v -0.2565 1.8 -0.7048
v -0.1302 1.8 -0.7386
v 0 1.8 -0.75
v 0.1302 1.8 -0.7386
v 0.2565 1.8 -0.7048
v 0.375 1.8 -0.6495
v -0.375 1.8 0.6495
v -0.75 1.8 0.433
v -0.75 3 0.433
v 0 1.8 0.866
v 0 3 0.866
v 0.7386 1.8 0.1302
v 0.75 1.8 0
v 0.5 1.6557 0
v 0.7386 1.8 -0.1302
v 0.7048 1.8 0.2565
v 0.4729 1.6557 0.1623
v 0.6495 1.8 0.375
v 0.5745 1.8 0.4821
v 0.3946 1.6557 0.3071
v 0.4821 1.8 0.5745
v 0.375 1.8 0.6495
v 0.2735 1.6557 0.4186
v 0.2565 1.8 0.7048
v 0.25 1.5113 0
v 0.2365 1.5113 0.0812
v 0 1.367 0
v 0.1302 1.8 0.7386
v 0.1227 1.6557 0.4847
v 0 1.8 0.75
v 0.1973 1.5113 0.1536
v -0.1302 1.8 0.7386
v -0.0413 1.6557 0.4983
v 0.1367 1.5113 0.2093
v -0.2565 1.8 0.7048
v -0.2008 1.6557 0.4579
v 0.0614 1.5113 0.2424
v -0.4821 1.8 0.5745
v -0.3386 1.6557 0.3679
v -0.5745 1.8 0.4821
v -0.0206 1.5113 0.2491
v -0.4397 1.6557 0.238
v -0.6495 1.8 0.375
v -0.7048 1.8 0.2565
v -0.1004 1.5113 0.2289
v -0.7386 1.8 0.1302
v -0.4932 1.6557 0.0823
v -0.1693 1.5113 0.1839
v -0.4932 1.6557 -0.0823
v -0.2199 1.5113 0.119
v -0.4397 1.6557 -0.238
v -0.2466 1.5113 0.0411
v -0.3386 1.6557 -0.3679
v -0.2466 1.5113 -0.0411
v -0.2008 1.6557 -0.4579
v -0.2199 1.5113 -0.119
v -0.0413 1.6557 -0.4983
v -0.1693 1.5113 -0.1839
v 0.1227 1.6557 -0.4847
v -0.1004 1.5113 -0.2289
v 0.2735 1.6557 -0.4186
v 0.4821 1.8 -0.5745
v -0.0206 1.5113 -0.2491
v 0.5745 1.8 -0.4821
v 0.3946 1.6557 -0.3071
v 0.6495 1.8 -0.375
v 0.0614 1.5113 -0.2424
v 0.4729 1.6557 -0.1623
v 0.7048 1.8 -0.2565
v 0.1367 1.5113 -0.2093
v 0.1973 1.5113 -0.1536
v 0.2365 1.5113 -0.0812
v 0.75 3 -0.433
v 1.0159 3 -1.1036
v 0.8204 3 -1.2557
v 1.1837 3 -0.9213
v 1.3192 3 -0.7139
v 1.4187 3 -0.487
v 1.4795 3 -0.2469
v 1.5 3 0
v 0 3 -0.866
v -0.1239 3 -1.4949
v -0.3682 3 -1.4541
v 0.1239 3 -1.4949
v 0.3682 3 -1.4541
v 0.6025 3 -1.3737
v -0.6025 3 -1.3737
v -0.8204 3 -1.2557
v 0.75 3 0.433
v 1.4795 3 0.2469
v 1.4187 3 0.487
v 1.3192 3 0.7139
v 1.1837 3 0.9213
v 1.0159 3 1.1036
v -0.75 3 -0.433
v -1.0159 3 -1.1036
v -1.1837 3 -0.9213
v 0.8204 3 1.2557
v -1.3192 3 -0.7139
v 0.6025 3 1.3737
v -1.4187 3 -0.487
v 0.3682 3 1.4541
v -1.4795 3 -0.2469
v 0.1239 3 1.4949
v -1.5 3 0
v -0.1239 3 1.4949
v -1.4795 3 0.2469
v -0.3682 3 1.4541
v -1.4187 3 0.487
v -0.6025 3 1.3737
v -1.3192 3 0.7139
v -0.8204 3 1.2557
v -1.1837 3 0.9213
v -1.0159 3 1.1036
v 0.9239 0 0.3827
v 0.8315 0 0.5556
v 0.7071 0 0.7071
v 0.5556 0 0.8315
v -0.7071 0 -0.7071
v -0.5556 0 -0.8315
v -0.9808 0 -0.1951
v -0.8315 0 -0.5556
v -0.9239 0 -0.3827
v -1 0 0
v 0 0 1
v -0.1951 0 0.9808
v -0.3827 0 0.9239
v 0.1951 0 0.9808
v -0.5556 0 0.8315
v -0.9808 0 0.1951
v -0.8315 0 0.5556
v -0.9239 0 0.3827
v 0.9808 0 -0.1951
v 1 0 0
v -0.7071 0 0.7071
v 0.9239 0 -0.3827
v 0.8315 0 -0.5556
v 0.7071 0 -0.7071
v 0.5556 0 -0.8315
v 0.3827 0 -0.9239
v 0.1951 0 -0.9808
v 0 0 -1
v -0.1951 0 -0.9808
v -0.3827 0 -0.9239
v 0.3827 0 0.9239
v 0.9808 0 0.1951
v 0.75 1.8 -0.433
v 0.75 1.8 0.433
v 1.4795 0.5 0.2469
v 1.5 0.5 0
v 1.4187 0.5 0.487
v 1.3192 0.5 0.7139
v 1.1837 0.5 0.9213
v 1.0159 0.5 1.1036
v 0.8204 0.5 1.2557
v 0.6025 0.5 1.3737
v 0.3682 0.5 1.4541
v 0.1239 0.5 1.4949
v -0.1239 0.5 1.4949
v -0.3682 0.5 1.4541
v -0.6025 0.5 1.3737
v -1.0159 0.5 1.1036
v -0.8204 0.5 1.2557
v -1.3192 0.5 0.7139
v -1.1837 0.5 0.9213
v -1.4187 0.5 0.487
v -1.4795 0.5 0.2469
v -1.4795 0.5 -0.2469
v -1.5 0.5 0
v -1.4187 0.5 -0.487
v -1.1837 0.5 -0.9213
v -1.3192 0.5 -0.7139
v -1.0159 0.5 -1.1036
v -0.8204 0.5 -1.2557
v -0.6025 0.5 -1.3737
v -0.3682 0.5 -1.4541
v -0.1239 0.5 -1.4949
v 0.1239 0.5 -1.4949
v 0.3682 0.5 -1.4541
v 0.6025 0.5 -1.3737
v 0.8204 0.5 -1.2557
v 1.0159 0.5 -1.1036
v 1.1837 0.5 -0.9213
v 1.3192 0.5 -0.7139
---
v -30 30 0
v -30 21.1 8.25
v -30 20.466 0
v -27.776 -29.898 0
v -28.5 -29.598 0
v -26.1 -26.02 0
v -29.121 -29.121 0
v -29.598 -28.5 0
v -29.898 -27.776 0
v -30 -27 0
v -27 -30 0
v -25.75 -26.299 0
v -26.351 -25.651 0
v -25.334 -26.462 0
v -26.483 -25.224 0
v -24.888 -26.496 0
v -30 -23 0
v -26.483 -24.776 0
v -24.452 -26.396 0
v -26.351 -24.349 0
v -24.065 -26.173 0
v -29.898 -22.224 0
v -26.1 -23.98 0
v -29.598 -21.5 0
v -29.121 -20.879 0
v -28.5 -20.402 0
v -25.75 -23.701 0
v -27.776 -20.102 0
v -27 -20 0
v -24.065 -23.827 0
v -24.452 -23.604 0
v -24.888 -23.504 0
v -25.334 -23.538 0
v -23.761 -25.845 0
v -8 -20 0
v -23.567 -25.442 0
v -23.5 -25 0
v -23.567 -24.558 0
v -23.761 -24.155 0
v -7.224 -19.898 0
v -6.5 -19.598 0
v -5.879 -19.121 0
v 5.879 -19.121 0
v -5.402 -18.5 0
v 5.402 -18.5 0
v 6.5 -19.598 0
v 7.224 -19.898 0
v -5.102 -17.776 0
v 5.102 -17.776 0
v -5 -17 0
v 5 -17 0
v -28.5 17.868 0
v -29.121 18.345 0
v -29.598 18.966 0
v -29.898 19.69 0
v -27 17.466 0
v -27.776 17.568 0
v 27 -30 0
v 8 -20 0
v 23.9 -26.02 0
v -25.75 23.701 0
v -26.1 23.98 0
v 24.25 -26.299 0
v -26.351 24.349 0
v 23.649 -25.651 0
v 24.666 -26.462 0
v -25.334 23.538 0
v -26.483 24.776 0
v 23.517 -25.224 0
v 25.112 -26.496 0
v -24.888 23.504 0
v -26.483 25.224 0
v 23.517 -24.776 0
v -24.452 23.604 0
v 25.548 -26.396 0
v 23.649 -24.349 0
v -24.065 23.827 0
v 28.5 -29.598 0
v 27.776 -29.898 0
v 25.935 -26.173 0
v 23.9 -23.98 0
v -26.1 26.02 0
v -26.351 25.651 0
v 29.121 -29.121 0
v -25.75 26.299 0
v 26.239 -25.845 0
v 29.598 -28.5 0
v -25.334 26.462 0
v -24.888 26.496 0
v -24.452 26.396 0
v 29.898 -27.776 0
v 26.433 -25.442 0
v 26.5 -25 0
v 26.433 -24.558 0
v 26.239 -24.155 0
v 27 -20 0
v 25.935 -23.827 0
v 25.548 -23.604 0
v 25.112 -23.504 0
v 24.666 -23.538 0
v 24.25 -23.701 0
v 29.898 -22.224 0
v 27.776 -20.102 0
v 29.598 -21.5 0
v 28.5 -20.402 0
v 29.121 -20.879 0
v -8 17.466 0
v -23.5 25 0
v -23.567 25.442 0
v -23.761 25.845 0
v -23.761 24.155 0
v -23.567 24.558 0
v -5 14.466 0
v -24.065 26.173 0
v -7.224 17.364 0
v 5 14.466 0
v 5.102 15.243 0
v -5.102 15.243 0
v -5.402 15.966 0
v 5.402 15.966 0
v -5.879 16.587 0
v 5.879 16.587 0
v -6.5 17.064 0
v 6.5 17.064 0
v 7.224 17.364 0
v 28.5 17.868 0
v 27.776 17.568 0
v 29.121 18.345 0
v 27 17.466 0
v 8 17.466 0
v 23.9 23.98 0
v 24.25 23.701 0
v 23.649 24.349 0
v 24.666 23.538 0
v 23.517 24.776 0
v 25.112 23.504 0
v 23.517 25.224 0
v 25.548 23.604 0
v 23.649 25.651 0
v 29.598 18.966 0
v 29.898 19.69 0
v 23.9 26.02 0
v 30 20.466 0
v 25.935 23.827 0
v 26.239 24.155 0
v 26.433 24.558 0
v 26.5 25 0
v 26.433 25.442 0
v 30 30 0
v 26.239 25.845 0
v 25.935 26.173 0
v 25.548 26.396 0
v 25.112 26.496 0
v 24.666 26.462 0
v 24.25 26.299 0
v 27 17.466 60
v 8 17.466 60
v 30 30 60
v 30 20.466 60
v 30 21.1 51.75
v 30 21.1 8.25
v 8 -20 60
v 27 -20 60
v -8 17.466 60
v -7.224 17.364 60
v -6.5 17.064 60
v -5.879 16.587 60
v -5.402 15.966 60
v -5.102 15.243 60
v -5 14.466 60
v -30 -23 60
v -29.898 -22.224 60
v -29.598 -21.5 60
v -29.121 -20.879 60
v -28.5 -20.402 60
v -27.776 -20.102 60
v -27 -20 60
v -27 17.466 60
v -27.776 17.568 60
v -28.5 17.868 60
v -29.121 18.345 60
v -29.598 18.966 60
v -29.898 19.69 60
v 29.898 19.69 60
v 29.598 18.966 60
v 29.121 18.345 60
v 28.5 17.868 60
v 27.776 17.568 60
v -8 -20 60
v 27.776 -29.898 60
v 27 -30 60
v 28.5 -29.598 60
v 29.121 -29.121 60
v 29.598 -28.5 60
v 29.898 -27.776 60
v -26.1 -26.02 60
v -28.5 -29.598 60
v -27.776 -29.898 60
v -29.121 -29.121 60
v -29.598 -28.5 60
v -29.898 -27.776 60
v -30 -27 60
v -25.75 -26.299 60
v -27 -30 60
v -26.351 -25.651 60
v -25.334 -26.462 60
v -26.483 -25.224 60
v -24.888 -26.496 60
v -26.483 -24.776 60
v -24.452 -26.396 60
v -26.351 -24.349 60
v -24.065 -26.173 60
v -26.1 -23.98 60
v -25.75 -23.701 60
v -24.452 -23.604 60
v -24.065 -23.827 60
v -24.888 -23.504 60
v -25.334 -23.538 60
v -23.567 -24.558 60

What is required: Your answer should consist only of the lines above between the line holding "v -25.75 23.701 0" and the line holding "v 28.5 -29.598 0", inclusive, each transcribed exactly.

Solution to this exercise:
v -25.75 23.701 0
v -26.1 23.98 0
v 24.25 -26.299 0
v -26.351 24.349 0
v 23.649 -25.651 0
v 24.666 -26.462 0
v -25.334 23.538 0
v -26.483 24.776 0
v 23.517 -25.224 0
v 25.112 -26.496 0
v -24.888 23.504 0
v -26.483 25.224 0
v 23.517 -24.776 0
v -24.452 23.604 0
v 25.548 -26.396 0
v 23.649 -24.349 0
v -24.065 23.827 0
v 28.5 -29.598 0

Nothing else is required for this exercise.